EXERCISE BRIEF >> From the data that follows, copy every line with the string "VECTOR".

Collected data >>
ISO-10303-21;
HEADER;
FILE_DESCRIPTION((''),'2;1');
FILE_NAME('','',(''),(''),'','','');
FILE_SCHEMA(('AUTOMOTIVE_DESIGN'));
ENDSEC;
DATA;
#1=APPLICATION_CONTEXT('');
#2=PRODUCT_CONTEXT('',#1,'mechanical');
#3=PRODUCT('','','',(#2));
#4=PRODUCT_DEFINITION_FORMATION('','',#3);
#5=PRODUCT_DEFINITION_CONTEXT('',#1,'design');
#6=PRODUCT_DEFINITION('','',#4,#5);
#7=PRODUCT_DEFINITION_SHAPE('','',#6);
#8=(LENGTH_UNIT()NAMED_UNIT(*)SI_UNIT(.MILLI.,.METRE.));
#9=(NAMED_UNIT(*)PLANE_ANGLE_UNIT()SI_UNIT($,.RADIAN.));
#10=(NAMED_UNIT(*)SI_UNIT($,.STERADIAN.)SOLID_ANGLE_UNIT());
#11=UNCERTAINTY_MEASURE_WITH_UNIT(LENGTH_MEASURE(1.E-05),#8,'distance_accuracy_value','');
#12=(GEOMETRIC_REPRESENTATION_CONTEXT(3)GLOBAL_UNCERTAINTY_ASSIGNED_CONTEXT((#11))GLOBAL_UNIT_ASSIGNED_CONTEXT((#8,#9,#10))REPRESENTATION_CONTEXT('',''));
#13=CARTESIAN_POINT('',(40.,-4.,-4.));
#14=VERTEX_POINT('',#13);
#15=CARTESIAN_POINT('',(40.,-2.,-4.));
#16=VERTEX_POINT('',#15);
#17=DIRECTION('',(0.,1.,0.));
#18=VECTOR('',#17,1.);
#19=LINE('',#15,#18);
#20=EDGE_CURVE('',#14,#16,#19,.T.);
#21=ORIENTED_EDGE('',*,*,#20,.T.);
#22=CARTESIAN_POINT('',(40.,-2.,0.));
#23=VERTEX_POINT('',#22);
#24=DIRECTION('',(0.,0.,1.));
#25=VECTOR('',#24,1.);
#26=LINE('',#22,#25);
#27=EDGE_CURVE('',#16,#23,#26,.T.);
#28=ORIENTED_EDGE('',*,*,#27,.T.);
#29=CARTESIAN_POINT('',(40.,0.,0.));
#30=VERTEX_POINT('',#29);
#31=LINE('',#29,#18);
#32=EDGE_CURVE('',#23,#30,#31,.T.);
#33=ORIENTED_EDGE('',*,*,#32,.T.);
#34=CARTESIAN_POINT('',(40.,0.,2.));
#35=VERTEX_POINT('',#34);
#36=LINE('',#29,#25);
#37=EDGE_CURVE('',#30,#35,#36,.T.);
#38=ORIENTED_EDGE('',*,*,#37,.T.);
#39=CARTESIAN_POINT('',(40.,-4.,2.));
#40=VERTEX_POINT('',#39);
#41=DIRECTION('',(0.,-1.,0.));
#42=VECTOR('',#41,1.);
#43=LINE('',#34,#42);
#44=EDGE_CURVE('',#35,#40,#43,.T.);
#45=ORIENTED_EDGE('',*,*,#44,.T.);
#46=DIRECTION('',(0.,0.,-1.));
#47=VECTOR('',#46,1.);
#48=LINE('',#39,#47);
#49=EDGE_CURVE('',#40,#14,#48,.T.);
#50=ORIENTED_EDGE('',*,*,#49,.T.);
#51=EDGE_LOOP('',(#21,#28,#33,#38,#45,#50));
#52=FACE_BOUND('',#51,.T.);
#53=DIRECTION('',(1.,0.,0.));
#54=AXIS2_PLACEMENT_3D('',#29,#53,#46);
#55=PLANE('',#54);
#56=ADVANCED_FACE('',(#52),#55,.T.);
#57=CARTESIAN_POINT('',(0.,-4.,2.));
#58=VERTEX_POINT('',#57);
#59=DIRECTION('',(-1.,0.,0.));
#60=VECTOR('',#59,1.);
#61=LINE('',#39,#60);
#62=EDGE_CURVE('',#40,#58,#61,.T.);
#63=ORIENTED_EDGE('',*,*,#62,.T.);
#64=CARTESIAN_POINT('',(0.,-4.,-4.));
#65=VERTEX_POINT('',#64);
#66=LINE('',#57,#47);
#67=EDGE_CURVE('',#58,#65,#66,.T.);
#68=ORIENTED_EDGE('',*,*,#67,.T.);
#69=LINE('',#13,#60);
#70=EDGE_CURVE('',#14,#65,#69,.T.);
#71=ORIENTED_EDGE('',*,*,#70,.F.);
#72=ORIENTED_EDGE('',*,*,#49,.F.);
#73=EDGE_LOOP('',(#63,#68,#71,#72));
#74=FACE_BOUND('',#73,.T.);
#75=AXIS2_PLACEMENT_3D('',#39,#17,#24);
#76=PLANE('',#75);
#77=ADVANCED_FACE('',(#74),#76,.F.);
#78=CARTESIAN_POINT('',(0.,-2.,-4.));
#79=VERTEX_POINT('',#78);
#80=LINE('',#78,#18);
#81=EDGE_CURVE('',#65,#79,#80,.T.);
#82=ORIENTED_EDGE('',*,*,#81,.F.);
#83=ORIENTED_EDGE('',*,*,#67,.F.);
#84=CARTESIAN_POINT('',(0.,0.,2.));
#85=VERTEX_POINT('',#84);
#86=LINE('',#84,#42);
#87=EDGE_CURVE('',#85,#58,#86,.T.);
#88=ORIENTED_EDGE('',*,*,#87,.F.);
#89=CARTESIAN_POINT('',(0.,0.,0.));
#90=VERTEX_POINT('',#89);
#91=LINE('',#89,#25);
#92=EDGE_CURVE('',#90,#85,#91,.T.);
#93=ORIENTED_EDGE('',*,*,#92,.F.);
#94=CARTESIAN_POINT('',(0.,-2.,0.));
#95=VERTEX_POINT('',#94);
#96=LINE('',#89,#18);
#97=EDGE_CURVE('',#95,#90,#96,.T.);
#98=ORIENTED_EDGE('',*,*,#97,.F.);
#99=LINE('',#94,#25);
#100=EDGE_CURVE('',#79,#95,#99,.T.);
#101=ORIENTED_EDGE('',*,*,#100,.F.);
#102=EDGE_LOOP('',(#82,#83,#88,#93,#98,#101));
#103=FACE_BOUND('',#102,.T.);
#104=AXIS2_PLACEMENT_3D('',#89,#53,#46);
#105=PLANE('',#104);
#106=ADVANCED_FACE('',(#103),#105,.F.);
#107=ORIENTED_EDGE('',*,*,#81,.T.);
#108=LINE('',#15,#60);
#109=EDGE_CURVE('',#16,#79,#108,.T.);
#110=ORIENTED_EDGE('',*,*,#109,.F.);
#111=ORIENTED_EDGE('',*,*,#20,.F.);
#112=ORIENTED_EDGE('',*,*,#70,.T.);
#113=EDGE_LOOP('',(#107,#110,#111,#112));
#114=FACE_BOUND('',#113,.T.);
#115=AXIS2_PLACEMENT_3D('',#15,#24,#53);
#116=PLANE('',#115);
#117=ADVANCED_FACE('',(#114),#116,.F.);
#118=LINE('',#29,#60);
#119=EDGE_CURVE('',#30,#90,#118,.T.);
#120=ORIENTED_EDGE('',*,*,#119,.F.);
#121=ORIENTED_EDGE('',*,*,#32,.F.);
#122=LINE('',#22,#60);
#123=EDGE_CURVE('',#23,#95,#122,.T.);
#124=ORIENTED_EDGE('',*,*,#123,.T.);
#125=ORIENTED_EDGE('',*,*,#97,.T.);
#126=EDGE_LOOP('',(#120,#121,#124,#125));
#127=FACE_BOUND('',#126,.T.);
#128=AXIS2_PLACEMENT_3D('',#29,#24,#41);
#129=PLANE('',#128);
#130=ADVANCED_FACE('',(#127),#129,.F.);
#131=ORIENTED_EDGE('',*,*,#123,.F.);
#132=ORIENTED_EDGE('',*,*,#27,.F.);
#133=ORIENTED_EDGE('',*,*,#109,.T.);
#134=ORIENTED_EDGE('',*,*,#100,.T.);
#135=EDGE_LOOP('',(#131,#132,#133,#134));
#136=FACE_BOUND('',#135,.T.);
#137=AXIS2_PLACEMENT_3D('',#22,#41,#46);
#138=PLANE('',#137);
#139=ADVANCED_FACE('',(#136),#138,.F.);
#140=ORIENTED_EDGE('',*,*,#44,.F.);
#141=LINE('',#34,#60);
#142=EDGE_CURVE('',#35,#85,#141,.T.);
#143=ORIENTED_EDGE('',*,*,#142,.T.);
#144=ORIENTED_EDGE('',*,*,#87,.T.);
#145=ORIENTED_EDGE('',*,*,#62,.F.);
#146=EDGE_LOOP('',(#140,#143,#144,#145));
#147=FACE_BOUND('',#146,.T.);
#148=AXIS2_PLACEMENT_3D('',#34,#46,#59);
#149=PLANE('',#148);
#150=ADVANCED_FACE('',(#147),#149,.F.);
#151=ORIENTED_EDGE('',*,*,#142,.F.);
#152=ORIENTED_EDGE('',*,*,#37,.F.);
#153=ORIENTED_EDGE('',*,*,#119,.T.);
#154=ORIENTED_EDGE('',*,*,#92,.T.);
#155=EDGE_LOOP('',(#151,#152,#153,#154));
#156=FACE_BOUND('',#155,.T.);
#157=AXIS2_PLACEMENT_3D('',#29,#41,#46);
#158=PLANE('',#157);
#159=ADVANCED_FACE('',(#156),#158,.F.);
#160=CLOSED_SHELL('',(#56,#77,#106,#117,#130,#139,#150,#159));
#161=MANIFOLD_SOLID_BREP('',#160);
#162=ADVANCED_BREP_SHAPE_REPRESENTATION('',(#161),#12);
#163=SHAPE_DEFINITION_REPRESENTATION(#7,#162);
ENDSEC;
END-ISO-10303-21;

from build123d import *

# Parameters (mm, degrees)
BOSS_EXTRUDE1_DEPTH = 40


with BuildPart() as part:
    # Sketch2 → Boss-Extrude1 (new body)
    with BuildSketch(Plane(origin=(0, 0, 0), x_dir=(0, 0, -1), z_dir=(1, 0, 0))):
        Polygon((0, 0), (0, -2), (4, -2), (4, -4), (-2, -4), (-2, 0), align=None)
    extrude(amount=BOSS_EXTRUDE1_DEPTH)


solid = part.part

EXERCISE OUTPUT >>
#18=VECTOR('',#17,1.);
#25=VECTOR('',#24,1.);
#42=VECTOR('',#41,1.);
#47=VECTOR('',#46,1.);
#60=VECTOR('',#59,1.);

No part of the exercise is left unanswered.